Her laugh cut him off, hollow and brittle.
Years. He had known for years.
She staggered back a step. How many thermophiles had she killed in that time? While Jonah played his reality show star persona, avoiding the responsibility she bore? Every justification she’d clung to, every excuse she’d made to herself and trained herself to believe—shattered.
The buzzing in her ears drowned every thought. “Edward warned me, too.” Another bitter laugh escaped her lips, sharp and grating. “He told me I couldn’t trust you. Hell, he told me about the cure, right before he died. And I wrote it off as desperation.”
Her breath hitched, cracking under the weight of heartbreak. “Was it real, Jonah? Any of it?”
“Of course it was real. How could you even say that?” His hands raked through his hair. He reached for her before rethinking the action, balling his fists at his sides.
“Then what was the plan?” The room swayed. “Let me watch you grow old and die while I carried on this miserable half-existence? Were you going to let me keep killing people for the TCA until the day I finally burned?”
“They promised they’d give you the cure. But only if I didn’t tell you.”
Her chest tightened, her anger rising. “When?” she hissed. “When I was no longer useful?”
Jonah hesitated, his mouth opening and closing before he finally said, “Two years. They said two more years of us working together, and they’d give you the cure and we could leave the TCA, start over somewhere new.”
She shook, her whole body flushed, red and trembling.
“They wouldn’t have,” she said bitterly.
Jonah frowned, confused. “Why not?”
“Because I would’ve told everyone,” she snapped, “I would’ve become the new Edward. That’s probably what he wanted—what he was trying to tell me all along.” She shook her head. “They couldn’t let that happen. They played you, Jonah.”
He took a step forward, his hand wrapping around her wrist. “Ruby—”
She flinched, yanking her arm back.
“You’ve been manipulating me this whole time,” she rasped with a dawning realization. Did the TCA make you ask me to move in with you?” Jonah’s face went pale. She nodded. “Not because you cared about me, but because they wanted you to keep a closer eye on me. None of this was real.”
His face crumpled, desperation flaring in his eyes. “I love you,” he whispered.
“What?”
“I’m in love with you, Ruby,” Jonah pleaded. “I have been for years. I asked the TCA to pair us together. Because I couldn’t forget you. And I was terrified, but none of it mattered because I love you.”
She unraveled, but she forced the words out. “No, you don’t.”
“I do. I have since the first night at the TCA. I remember every moment with you. That night you explained your book to me—some nerdy thing—and your hair was cut short, you were in sweatpants, and a KISS shirt…” His words tumbled out, raw, filling the space between them. “And you snorted at your own joke.”
Her breath caught, her chest tightening painfully.
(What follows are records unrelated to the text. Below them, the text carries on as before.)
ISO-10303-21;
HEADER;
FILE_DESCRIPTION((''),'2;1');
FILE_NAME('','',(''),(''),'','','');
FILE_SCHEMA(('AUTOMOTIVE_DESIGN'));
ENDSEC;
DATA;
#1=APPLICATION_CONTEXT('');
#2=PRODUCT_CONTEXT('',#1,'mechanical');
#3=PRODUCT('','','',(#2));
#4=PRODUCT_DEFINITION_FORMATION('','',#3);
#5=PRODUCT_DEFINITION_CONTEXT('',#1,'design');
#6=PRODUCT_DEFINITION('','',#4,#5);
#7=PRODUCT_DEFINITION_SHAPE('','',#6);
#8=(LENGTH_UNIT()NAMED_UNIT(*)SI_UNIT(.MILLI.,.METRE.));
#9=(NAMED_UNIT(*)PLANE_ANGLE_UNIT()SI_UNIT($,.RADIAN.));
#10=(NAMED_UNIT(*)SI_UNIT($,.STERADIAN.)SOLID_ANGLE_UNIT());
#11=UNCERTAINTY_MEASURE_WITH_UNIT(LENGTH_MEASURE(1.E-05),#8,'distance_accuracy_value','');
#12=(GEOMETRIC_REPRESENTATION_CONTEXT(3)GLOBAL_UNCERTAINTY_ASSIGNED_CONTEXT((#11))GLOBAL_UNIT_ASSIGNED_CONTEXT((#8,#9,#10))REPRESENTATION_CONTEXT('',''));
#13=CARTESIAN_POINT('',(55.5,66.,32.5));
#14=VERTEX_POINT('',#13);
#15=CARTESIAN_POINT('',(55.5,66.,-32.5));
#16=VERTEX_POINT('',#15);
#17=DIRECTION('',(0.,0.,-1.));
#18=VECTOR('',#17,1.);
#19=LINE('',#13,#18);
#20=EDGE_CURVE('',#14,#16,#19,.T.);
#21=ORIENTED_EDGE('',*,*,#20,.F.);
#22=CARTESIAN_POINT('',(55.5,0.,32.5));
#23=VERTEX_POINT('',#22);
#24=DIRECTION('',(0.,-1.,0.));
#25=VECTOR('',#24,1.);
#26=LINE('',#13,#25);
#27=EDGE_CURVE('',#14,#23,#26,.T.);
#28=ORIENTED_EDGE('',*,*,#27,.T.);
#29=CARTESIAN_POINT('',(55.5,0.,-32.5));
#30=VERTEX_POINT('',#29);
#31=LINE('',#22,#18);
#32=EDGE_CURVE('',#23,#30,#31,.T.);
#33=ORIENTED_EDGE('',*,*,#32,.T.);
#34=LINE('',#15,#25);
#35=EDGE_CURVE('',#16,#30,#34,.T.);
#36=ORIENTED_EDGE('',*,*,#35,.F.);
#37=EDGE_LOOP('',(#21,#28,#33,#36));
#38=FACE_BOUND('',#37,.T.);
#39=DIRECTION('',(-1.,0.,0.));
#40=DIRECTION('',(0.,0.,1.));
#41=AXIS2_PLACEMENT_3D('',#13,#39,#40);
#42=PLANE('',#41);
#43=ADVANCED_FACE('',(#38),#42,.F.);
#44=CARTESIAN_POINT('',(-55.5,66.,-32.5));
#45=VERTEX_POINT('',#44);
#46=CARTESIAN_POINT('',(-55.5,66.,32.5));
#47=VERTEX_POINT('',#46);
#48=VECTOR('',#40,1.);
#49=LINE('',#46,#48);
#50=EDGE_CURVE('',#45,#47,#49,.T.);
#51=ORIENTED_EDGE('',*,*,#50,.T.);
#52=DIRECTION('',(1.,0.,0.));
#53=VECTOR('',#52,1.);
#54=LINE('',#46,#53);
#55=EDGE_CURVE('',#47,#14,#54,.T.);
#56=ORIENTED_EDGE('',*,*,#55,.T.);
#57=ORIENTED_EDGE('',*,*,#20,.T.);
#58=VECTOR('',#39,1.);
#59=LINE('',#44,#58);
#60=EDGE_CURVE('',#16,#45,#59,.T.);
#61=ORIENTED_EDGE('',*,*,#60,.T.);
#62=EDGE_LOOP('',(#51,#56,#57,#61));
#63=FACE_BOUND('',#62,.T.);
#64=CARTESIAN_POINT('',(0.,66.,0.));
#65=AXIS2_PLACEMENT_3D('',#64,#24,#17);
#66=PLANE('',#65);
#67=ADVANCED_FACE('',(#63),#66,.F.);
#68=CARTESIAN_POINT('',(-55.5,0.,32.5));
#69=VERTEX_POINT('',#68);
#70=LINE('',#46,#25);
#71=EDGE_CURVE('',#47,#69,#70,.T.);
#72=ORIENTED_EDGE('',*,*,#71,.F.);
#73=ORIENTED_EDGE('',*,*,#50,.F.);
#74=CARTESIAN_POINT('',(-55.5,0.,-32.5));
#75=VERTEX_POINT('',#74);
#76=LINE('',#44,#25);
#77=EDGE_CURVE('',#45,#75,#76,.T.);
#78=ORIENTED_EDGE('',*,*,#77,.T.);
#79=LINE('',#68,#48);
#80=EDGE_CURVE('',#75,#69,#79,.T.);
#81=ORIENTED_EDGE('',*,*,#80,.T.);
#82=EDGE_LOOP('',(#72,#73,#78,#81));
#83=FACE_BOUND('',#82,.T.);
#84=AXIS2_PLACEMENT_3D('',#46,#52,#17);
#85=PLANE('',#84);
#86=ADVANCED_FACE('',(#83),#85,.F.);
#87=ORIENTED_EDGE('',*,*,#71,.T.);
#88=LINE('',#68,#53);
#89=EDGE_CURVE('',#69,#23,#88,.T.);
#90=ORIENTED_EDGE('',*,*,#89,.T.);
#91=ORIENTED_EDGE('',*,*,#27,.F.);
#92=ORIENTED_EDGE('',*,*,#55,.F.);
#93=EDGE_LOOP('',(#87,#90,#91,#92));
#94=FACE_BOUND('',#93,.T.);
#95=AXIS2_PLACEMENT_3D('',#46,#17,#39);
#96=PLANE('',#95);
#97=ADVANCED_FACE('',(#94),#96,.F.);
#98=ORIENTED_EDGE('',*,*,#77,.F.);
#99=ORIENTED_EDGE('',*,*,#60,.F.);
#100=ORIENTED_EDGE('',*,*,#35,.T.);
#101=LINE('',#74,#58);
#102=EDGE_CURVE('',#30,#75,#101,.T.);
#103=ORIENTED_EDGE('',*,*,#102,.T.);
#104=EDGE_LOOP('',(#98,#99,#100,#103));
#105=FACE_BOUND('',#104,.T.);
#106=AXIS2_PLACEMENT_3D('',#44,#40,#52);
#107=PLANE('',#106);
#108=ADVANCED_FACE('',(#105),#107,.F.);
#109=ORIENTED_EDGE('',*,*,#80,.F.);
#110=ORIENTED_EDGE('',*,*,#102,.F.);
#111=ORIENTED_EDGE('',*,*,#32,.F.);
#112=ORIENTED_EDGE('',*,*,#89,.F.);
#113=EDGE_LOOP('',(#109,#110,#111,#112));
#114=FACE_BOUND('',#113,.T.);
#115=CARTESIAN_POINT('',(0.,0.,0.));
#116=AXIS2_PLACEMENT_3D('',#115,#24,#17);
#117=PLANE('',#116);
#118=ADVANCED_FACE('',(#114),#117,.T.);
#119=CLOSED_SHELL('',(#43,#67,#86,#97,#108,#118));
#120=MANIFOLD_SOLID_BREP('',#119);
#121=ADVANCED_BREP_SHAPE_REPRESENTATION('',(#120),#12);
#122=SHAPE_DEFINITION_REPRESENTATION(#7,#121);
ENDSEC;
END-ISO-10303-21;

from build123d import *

# Parameters (mm, degrees)
SKETCH_1_W      = 111
SKETCH_1_H      = 65
EXTRUDE_1_DEPTH = 66


with BuildPart() as part:
    # Эскиз1 → Бобышка-Вытянуть1 (new body)
    with BuildSketch(Plane(origin=(0, 0, 0), x_dir=(1, 0, 0), z_dir=(0, 1, 0))):
        Rectangle(SKETCH_1_W, SKETCH_1_H)
    extrude(amount=EXTRUDE_1_DEPTH)


solid = part.part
The first person to say those words to her—really say them—and it was the bastard breaking her heart.
“Lying to me,” she whispered, “Manipulating me.”
Her anger erupted, her voice rising as she took a step toward him. “That’s not love, Jonah. That’s cowardice. You’re just a coward.”
“I know you probably can’t forgive me,” he begged. “But everything was for you, for us. I just wanted to keep you—”
“You’re right,” she interrupted with a grimace. “I can’t forgive you.”
She slammed open his door, expecting him to follow. He didn’t. She walked down his sidewalk, up his street, onto the next street, knowing each step pulled her further from the life she had yearned for, one that would never be hers.